La cucina faroense comprende l'insieme delle tradizioni e pratiche culinarie sviluppatesi nell'arcipelago delle isole Fær Øer, nell'Atlantico del Nord.

Cibo tipico invernale. Da sinistra a destra: teste di pecora, carne di balena essiccata, grasso di balena, e skerpikjøt.
Cibo tipico estivo. Da sinistra a destra: teste di merluzzo, rabarbaro e pulcinella di mare farciti.

A causa della sua posizione isolata, la cucina delle Fær Øer è molto semplice e allo stesso tempo estremamente complessa. Il clima locale non è adatto alla coltivazione di cereali e verdure. Di conseguenza, il cibo tradizionale faroense consiste principalmente in carne di animali allevati, oltre che in selvaggina terrestre e marina, uccelli e pesce. Le patate sono diventate comuni nel XIX secolo e oggi sono considerate indispensabili per la maggior parte delle persone.[1][2]

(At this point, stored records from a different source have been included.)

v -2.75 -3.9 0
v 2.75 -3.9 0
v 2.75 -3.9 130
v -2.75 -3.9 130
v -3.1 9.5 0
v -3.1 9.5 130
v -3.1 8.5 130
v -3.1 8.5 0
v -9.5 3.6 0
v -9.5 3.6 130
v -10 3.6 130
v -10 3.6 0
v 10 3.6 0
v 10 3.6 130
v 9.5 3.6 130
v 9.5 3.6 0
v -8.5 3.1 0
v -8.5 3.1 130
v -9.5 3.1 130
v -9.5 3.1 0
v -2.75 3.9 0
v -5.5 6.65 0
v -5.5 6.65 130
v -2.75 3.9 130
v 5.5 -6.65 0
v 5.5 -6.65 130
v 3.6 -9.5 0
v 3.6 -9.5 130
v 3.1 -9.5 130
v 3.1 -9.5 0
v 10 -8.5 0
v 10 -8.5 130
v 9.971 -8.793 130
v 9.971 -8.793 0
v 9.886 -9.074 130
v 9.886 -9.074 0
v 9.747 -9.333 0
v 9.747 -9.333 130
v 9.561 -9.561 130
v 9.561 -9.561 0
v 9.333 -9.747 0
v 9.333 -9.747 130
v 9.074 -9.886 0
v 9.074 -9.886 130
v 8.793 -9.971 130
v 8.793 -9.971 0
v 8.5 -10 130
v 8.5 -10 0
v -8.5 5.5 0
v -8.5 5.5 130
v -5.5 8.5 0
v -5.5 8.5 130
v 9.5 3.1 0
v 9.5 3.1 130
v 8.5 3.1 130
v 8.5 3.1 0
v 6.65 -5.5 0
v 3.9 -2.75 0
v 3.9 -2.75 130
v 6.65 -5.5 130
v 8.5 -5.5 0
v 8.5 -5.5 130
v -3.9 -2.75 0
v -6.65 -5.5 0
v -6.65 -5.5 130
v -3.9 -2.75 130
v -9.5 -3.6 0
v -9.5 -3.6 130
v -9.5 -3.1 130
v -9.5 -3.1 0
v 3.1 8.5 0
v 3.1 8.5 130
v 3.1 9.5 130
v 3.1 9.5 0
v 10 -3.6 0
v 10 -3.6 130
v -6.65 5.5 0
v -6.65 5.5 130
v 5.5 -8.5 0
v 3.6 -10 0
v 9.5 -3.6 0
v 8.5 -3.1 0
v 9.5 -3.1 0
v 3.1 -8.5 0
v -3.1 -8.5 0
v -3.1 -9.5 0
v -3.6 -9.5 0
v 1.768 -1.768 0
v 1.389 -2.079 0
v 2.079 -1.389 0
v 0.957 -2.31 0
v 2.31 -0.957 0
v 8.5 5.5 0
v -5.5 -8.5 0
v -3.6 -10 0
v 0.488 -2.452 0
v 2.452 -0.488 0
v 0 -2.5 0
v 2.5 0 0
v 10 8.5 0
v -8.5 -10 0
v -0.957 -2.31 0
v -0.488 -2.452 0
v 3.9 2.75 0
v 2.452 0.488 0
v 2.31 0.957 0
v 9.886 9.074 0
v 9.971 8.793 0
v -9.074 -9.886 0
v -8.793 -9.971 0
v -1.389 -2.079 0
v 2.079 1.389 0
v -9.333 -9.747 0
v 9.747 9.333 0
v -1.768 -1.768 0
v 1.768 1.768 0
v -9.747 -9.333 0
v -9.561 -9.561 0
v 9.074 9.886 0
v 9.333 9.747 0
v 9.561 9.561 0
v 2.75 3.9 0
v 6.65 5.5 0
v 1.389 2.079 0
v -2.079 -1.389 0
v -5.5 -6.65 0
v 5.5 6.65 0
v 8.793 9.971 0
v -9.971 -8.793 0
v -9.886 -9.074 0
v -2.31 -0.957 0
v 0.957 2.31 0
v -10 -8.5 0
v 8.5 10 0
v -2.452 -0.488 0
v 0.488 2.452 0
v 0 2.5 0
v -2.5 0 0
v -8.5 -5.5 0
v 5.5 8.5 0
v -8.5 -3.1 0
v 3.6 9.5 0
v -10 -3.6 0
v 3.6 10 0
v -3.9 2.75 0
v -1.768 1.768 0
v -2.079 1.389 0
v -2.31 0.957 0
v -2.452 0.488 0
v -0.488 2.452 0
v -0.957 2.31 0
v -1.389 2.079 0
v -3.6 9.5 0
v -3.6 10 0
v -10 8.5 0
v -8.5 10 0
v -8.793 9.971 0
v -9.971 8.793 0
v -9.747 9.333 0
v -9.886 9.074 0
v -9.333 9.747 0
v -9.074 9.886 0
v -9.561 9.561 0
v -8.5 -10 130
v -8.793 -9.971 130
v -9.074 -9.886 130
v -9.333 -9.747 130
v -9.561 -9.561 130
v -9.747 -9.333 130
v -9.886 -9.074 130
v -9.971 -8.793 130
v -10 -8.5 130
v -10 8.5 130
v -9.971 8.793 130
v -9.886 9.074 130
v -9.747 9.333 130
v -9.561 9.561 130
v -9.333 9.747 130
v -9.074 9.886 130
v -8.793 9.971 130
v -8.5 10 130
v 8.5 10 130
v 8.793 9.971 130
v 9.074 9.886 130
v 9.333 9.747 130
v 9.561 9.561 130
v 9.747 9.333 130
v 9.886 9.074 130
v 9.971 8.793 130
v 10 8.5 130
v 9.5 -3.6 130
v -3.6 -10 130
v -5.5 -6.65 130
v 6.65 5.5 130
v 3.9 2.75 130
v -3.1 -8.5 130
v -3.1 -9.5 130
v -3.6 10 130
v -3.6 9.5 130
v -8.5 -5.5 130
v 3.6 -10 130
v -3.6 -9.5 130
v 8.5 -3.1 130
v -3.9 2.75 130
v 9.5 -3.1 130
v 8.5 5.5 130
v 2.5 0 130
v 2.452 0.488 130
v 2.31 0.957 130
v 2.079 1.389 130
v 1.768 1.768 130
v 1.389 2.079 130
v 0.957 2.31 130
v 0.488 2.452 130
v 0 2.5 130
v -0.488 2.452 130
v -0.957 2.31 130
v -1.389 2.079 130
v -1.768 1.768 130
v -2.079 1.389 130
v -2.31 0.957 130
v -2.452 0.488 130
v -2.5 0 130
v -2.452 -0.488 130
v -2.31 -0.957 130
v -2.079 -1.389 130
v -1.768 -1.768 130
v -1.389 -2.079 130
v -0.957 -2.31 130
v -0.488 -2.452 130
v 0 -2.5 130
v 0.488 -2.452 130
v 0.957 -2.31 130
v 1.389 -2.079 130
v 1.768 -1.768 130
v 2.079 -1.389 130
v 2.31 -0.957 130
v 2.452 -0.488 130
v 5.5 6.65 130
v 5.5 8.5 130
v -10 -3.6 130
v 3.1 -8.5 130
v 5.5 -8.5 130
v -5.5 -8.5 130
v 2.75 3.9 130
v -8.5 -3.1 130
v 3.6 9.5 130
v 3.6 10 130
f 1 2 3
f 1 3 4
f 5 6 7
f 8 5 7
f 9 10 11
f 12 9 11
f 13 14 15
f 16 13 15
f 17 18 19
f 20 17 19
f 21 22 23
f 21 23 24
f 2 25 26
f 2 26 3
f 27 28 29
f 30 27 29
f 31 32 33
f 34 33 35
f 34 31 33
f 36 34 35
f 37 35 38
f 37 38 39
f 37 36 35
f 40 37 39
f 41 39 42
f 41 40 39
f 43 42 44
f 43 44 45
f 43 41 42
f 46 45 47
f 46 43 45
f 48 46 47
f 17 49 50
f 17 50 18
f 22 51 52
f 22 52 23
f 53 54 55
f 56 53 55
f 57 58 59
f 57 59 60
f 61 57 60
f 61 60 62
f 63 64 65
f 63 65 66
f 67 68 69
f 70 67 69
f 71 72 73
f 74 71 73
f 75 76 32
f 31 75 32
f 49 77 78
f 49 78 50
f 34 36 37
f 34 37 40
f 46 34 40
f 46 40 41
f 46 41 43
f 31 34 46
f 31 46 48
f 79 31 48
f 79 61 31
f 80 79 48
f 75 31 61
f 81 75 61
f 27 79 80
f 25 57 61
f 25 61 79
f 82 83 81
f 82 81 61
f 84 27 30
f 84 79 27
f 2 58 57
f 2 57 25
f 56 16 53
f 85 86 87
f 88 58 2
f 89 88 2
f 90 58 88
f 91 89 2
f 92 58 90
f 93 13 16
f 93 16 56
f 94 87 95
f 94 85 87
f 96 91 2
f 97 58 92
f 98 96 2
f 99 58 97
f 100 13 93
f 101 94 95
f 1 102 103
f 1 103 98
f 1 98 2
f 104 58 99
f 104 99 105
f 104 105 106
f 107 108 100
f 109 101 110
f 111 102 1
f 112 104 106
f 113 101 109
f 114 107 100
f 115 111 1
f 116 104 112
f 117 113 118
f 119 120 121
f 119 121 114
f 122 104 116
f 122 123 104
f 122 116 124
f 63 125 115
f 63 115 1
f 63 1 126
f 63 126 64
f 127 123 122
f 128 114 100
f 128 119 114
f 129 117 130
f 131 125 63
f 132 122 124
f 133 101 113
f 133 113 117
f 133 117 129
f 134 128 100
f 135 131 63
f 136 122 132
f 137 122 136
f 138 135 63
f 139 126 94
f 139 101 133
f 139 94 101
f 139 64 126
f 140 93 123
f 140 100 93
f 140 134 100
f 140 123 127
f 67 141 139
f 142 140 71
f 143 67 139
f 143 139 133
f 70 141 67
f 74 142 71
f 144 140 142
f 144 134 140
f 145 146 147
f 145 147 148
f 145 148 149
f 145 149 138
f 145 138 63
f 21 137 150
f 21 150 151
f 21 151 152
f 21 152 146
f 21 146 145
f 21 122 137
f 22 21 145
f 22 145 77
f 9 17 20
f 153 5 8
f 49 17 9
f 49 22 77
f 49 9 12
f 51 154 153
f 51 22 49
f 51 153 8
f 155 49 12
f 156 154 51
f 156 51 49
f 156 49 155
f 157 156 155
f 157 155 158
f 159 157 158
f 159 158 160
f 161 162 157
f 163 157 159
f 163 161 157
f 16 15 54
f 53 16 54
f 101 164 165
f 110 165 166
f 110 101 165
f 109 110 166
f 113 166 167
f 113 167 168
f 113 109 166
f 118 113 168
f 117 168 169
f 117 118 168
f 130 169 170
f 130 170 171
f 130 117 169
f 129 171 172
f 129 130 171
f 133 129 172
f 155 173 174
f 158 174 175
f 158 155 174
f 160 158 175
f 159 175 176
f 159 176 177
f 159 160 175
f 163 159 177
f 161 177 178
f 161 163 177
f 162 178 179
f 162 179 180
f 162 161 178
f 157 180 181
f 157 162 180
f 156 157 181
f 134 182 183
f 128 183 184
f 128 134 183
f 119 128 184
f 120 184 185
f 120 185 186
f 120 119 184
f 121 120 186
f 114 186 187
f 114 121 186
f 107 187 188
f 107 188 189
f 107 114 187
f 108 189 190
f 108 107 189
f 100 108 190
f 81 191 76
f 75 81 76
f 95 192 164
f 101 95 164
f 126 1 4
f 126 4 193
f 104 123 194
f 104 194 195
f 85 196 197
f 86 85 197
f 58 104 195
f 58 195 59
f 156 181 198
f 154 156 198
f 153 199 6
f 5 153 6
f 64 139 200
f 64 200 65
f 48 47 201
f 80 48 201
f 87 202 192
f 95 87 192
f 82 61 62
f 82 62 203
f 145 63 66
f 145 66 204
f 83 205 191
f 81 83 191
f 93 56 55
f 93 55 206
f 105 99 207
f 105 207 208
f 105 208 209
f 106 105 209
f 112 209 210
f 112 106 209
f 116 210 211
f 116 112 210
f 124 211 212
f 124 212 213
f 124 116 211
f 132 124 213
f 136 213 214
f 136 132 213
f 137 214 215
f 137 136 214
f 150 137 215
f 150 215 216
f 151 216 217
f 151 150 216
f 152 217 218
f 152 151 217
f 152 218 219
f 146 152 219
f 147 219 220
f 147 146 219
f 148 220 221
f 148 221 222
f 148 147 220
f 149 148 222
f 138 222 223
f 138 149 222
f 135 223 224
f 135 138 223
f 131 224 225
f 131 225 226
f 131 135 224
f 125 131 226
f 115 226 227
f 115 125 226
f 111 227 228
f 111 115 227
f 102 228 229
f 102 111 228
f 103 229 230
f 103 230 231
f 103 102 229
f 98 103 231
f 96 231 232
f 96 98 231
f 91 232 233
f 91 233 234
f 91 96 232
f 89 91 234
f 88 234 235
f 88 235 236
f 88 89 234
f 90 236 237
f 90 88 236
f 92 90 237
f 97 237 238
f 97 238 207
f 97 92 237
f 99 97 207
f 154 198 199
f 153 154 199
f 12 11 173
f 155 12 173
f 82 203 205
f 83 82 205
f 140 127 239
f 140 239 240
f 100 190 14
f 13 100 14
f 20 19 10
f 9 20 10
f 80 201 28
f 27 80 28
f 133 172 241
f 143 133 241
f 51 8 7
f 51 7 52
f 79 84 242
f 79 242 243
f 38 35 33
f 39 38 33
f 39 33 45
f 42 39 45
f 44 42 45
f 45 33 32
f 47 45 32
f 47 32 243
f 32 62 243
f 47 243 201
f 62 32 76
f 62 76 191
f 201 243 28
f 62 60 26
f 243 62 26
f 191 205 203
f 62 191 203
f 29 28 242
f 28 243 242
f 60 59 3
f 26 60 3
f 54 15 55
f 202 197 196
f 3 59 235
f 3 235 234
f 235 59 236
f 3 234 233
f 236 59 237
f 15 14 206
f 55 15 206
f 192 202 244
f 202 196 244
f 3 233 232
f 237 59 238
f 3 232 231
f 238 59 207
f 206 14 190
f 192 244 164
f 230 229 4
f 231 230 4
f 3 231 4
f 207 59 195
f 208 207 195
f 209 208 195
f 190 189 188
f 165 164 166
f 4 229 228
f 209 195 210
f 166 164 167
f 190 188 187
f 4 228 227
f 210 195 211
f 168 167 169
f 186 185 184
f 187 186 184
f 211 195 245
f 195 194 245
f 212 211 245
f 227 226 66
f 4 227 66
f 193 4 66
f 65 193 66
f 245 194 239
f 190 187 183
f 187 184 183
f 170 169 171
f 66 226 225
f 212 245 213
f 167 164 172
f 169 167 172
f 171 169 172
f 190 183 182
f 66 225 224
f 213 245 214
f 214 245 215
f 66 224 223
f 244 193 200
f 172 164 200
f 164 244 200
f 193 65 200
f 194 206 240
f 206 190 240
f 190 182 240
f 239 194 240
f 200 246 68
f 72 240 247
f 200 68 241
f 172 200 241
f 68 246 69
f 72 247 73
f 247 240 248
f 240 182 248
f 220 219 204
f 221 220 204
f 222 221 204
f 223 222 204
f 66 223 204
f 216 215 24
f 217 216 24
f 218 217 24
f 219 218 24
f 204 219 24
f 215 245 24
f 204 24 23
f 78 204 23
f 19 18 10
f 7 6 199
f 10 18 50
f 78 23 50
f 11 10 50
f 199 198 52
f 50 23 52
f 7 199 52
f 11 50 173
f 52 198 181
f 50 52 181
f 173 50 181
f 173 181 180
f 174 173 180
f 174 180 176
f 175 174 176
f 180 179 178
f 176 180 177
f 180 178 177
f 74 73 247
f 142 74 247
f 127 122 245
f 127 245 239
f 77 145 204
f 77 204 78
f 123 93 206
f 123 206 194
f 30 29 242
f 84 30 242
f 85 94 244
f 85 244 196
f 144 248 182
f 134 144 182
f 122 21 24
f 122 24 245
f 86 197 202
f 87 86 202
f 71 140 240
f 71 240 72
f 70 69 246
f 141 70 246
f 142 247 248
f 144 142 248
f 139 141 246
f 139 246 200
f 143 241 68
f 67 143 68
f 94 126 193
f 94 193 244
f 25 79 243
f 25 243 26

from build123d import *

# Parameters (mm, degrees)
SKETCH_2_R      = 2.5
EXTRUDE_1_DEPTH = 130


with BuildPart() as part:
    # 草图2 → 凸台-拉伸1 (new body)
    with BuildSketch(Plane.XY):
        with BuildLine():
            Line((-3.6, 10), (-3.6, 9.5))
            Line((-3.6, 9.5), (-3.1, 9.5))
            Line((-3.1, 9.5), (-3.1, 8.5))
            Line((-3.1, 8.5), (-5.5, 8.5))
            Line((-5.5, 8.5), (-5.5, 6.65))
            Line((-5.5, 6.65), (-2.75, 3.9))
            Line((-2.75, 3.9), (2.75, 3.9))
            Line((2.75, 3.9), (5.5, 6.65))
            Line((5.5, 6.65), (5.5, 8.5))
            Line((5.5, 8.5), (3.1, 8.5))
            Line((3.1, 8.5), (3.1, 9.5))
            Line((3.1, 9.5), (3.6, 9.5))
            Line((3.6, 9.5), (3.6, 10))
            Line((3.6, 10), (8.5, 10))
            ThreePointArc((8.5, 10), (9.560660172, 9.560660172), (10, 8.5))
            Line((10, 8.5), (10, 3.6))
            Line((10, 3.6), (9.5, 3.6))
            Line((9.5, 3.6), (9.5, 3.1))
            Line((9.5, 3.1), (8.5, 3.1))
            Line((8.5, 3.1), (8.5, 5.5))
            Line((8.5, 5.5), (6.65, 5.5))
            Line((6.65, 5.5), (3.9, 2.75))
            Line((3.9, 2.75), (3.9, -2.75))
            Line((3.9, -2.75), (6.65, -5.5))
            Line((6.65, -5.5), (8.5, -5.5))
            Line((8.5, -5.5), (8.5, -3.1))
            Line((8.5, -3.1), (9.5, -3.1))
            Line((9.5, -3.1), (9.5, -3.6))
            Line((9.5, -3.6), (10, -3.6))
            Line((10, -3.6), (10, -8.5))
            ThreePointArc((10, -8.5), (9.560660172, -9.560660172), (8.5, -10))
            Line((8.5, -10), (3.6, -10))
            Line((3.6, -10), (3.6, -9.5))
            Line((3.6, -9.5), (3.1, -9.5))
            Line((3.1, -9.5), (3.1, -8.5))
            Line((3.1, -8.5), (5.5, -8.5))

Alcuni antichi metodi di conservazione sono ancora utilizzati oggi, e sono proprio questi metodi a conferire a molte pietanze faroensi un gusto particolare.[1]

 
Lepri bianche abbattute in pelliccia invernale

Sin dall'arrivo dei primi coloni nelle isole Fær Øer oltre un millennio fa, il popolo faroense ha sempre cacciato conigli, pecore, balene, uccelli, pesci e altri animali. Essendo un gruppo di isole isolate nell'Oceano Atlantico settentrionale, i faroensi hanno sempre dato importanza al consumo di ciò che era disponibile nella natura circostante, imparando anche a conservare e immagazzinare il più possibile per i tempi difficili.[1]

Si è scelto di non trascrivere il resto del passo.